白鸽 第25章

作者:蜜秋 标签: 近代现代

  这男孩看起来很温顺,讲道理给他听,应该能听进去。

  三人在客厅坐着,这里没空调暖气,但有一个大壁炉,里面烧的是何叔自己劈的木头,整间屋子都暖融融的。

  何叔在厨房朝边城喊:“桌上有水果和茶,你们自便啊,我这里不怎么讲究,来了就当自己家一样。”

  “哎好。”边城起身去拿水果,橙子和梨、草莓都像刚摘下来的一样,还带着叶子,他拿到厨房去清洗剥皮。

  童瞳跟边珑围在壁炉前面对面地坐着,童瞳略微有些紧张,又朝边珑笑了笑。

  真好看啊,边珑心想,她说:“你还是学生吧?”

  “对,大四了,再过半年就毕业。”

  “你学什么?”

  “英语,也学了西班牙语和日语。”

  边珑赞叹:“这么厉害。”又回头看了眼在厨房专心致志做果盘的弟弟:“边城高中都没念完。”

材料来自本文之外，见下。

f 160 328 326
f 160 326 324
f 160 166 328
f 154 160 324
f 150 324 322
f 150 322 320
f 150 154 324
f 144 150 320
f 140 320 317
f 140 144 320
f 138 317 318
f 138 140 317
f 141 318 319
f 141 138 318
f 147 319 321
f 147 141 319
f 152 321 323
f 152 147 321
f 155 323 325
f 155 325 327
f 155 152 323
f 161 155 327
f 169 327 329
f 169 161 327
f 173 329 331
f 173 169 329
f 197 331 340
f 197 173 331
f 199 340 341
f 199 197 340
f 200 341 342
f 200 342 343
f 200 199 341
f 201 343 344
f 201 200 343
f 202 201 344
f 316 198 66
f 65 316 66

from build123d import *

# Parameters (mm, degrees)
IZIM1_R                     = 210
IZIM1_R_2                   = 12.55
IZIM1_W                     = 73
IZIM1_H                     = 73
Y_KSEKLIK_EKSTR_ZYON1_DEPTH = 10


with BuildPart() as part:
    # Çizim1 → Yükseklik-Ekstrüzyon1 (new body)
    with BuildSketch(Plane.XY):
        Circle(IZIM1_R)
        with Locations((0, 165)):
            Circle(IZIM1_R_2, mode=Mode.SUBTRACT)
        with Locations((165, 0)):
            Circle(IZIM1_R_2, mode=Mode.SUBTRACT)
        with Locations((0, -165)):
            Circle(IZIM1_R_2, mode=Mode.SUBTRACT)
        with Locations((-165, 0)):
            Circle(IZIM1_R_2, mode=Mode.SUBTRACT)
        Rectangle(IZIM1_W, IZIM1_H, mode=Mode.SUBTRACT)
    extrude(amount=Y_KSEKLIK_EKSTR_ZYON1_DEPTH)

  “我知道,每个人的选择吧。”童瞳对这事儿从来没上心过。

  “你知道他为什么没念完吗?”边珑问。

  ……不是因为成绩不好,不想念了吗?童瞳心想,好像边城是这么说的,他楞了一下,却听见边珑说:“不是因为成绩差,他当时成绩还不错,至少考个大学是没问题的。”

  “那为什么?”童瞳有些懵。

  “他喜欢上一个人,男孩,同班同学,算是初恋吧,也算暗恋,糊里糊涂在电脑里放了些东西,照片,日记什么的,被大姐发现了。”

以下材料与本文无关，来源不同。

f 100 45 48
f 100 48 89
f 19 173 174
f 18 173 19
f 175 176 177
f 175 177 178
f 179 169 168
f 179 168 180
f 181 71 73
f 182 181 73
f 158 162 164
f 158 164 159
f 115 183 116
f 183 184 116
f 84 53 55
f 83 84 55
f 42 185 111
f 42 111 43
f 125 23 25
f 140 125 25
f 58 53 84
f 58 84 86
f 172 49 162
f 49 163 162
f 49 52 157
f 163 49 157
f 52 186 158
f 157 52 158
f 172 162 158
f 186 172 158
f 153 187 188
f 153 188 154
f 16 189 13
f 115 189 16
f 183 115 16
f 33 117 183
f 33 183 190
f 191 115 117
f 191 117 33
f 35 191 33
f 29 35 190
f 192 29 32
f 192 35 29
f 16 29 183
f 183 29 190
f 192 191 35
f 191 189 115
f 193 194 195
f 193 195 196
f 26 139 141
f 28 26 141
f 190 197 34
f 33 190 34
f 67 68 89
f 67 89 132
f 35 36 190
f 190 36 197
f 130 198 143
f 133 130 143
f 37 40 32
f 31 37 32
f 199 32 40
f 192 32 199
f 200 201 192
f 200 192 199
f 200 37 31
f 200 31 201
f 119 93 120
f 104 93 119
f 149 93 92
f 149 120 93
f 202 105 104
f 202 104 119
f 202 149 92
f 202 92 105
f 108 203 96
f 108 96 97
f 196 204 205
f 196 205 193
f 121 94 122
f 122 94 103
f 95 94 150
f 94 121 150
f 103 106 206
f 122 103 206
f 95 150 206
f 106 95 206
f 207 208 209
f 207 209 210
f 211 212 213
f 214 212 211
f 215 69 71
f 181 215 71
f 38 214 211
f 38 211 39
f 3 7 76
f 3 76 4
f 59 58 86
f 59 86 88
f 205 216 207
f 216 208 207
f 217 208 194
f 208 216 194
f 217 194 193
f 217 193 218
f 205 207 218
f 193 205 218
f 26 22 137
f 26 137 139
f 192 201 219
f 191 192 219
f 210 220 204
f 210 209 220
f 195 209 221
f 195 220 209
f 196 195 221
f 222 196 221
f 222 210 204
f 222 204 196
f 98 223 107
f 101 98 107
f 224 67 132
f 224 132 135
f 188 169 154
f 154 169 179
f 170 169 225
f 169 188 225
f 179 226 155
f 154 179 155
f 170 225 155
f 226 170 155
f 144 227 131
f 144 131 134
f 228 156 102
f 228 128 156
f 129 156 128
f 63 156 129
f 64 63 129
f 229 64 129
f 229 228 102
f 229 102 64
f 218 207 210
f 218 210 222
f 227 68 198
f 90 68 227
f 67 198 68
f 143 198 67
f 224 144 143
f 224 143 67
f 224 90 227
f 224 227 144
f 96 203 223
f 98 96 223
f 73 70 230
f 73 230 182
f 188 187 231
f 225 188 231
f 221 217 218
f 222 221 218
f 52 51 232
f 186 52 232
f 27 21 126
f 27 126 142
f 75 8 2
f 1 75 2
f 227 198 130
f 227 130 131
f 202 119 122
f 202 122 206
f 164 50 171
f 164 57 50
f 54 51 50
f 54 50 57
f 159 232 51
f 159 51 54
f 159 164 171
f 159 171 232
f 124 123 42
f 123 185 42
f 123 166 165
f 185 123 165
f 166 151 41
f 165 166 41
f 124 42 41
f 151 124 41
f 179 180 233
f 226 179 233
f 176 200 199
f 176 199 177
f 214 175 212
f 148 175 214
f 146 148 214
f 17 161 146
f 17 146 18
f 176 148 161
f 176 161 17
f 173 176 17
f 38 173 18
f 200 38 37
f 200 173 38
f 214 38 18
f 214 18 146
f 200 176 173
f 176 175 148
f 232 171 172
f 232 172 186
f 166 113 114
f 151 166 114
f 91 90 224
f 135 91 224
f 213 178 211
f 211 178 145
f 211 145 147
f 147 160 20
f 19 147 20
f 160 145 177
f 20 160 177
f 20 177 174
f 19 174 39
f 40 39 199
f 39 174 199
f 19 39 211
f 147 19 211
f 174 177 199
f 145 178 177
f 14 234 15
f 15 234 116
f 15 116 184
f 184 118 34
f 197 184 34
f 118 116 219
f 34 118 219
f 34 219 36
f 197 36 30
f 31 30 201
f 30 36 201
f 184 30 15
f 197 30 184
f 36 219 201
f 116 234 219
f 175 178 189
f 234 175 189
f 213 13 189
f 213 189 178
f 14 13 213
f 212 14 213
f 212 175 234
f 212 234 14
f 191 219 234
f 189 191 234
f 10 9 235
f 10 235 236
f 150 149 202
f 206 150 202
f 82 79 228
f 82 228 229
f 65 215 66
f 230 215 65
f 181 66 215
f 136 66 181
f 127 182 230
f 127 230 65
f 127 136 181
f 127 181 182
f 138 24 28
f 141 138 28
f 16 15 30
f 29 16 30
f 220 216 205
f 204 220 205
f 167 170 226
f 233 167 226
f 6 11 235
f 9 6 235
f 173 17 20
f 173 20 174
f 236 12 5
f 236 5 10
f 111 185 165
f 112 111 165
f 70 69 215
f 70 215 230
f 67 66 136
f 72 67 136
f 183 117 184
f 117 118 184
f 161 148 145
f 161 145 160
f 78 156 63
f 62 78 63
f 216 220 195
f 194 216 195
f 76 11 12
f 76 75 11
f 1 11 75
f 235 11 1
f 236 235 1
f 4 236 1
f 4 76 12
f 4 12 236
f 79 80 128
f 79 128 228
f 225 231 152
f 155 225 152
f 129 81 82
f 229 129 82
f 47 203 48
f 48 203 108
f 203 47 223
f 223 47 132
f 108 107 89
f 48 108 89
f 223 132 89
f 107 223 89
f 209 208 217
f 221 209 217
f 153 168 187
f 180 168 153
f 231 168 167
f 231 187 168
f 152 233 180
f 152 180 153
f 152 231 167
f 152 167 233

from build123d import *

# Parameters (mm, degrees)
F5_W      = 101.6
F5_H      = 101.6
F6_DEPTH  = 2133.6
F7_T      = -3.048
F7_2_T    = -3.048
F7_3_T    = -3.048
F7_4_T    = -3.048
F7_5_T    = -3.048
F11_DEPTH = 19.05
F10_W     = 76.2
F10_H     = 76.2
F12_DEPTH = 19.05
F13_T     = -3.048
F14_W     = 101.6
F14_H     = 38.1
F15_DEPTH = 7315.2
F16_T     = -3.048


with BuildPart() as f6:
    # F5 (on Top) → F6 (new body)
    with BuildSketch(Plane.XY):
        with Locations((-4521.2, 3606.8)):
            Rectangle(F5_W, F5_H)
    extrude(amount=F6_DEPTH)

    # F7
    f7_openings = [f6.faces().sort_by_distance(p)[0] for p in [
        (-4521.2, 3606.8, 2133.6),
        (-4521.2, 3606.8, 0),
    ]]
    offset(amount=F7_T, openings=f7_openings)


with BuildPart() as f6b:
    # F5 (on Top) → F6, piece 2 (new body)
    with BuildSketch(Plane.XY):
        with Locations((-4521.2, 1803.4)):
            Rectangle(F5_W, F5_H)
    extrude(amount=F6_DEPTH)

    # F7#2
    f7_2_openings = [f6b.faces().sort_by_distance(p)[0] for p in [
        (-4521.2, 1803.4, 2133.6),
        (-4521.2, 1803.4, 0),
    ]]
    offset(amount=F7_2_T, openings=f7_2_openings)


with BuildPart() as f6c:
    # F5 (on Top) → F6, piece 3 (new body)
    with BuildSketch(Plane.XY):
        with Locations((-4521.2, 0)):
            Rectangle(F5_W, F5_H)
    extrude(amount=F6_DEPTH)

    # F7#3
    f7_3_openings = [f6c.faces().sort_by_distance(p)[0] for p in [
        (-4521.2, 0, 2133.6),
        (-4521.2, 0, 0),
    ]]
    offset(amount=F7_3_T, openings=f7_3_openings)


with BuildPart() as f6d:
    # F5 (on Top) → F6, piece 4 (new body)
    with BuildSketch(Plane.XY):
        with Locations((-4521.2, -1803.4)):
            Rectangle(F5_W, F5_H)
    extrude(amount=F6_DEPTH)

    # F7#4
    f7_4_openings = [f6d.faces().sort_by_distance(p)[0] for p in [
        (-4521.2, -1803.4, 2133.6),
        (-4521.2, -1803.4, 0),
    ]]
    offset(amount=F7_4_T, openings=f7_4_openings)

  童瞳彻底懵了,他真不知道这事,边城从来没讲过,他盯着边珑:“然后呢?”

  “大姐去学校大闹了一通,怪学校风气太差,虽然没有指名道姓那个男孩是谁,但人人都在猜,流言到处飞,为了保护那个男孩,边城便彻底退了学,也没跟他再联系过,那年他跟大姐关系差到极点,转学也不肯,像是为了报复一样,再也不肯念书了。”

  ……童瞳脑子里一片空白,他突然反应过来,边珑为什么要讲这些?

  边珑也盯着他:“小弟就是这么一个人,看着挺理智,却为了喜欢的人可以什么都不顾,工作,事业,钱,甚至亲人……”

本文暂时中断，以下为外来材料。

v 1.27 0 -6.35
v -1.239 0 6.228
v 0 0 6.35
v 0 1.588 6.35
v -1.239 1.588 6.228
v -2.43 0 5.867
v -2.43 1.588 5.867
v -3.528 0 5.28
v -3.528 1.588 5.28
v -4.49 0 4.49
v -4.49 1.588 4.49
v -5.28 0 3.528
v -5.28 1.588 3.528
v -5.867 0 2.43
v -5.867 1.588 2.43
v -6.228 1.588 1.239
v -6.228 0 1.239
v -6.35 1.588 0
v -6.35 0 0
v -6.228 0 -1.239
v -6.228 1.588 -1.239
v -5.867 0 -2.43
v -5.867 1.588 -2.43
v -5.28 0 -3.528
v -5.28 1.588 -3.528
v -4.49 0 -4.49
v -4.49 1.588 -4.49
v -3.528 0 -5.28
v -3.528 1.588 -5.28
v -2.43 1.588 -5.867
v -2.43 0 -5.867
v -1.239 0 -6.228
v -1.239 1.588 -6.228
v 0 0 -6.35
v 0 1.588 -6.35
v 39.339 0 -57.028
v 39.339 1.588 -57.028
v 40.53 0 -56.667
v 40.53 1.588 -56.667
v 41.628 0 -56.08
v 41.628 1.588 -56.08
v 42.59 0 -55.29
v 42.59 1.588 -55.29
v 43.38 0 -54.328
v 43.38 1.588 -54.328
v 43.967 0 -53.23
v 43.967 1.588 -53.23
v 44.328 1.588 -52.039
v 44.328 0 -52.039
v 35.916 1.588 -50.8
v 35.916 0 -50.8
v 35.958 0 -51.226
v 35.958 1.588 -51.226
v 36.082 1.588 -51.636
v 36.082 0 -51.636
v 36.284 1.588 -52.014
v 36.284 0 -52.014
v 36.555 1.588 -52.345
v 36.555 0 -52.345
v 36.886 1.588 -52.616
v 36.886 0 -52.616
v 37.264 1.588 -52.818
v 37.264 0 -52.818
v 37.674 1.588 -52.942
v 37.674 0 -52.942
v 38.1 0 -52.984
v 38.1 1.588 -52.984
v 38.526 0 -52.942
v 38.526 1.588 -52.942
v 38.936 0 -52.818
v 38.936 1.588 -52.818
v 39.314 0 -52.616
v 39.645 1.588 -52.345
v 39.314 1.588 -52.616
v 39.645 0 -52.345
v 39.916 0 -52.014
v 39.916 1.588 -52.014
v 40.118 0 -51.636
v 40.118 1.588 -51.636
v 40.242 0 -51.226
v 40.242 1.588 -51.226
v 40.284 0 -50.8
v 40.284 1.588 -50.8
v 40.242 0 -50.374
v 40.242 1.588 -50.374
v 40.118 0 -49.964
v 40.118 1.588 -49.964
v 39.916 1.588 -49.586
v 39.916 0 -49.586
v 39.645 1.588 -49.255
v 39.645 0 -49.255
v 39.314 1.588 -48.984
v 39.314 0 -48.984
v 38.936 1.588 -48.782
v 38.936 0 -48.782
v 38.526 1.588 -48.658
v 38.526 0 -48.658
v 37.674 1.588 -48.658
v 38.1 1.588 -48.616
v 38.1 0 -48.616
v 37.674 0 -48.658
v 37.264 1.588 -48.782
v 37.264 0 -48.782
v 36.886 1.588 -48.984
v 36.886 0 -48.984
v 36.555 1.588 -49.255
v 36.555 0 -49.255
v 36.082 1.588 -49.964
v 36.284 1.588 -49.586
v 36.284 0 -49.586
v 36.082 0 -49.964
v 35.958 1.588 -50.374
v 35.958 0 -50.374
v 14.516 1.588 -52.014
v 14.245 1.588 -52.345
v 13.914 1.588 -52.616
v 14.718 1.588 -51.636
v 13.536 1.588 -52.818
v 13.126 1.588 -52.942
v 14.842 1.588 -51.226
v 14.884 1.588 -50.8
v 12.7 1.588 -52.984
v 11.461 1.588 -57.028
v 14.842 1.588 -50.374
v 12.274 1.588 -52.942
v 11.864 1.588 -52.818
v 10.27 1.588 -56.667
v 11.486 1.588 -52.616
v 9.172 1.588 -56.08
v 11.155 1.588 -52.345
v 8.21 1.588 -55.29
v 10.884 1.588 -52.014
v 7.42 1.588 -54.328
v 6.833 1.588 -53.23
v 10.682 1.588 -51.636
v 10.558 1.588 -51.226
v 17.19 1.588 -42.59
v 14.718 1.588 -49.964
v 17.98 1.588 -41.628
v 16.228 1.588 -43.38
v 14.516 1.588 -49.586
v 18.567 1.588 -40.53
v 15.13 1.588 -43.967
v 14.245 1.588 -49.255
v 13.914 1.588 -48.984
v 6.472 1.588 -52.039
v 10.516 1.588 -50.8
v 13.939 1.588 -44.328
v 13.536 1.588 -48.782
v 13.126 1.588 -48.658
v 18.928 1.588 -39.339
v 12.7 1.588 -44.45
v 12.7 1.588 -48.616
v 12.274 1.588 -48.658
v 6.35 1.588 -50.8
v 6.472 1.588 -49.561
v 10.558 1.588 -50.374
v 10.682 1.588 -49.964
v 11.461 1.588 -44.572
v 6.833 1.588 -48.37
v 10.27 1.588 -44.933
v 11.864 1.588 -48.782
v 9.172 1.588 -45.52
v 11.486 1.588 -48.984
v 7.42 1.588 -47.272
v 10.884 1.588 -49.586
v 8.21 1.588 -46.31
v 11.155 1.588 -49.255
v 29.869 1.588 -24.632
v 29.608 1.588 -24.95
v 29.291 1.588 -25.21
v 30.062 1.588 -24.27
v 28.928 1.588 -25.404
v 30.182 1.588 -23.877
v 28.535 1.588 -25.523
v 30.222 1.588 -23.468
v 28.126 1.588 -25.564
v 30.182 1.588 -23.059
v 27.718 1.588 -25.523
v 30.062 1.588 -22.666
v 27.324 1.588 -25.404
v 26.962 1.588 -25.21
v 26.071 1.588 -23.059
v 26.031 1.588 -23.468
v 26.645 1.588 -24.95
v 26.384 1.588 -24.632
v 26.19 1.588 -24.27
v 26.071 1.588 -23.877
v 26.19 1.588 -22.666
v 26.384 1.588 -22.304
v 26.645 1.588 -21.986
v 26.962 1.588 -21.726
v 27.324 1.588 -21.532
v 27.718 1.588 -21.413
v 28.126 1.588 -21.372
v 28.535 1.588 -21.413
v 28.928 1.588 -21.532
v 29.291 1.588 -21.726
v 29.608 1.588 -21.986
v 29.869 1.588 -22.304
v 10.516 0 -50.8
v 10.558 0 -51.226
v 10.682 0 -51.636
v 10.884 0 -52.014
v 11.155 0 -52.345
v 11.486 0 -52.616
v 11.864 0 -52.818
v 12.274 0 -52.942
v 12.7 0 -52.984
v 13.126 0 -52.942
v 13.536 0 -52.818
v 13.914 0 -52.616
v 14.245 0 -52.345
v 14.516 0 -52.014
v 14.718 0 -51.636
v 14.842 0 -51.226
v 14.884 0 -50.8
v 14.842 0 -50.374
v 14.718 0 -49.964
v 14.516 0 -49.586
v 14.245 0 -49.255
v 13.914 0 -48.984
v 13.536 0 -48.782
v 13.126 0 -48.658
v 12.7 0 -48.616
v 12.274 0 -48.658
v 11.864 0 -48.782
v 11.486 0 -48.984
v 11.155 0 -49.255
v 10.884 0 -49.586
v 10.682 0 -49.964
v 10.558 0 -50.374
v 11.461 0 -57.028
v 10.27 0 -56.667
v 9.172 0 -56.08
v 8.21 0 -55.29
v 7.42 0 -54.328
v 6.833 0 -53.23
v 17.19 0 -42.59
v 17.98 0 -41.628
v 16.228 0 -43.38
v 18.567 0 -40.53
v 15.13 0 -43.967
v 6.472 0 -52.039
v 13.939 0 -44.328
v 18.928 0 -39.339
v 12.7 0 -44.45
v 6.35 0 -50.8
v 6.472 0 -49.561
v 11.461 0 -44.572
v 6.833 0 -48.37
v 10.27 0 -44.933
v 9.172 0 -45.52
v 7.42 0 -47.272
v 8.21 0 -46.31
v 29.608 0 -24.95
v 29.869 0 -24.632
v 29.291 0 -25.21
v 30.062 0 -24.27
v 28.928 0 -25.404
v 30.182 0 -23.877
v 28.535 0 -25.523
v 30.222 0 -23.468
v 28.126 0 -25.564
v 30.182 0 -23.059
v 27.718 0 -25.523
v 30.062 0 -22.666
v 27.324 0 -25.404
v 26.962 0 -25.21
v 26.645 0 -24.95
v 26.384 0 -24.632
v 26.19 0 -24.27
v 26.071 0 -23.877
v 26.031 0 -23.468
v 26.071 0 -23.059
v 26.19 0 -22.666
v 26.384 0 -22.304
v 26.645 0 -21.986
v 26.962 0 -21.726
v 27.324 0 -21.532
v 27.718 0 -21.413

  “他好不容易才走到现在,父母很早就没了,小时候日子很苦,后来稍微好一点,又出了这么件事,书也念不下去,现在又好不容易工作事业上了正轨。”边珑眼睛里全是恳切:“他不容易的,但他可以为了你什么都不要。”

  童瞳微微喘着气,还不是十分明白,边珑,她到底在讲些什么,边城什么都不要?他为什么什么都不要?是谁在逼他吗?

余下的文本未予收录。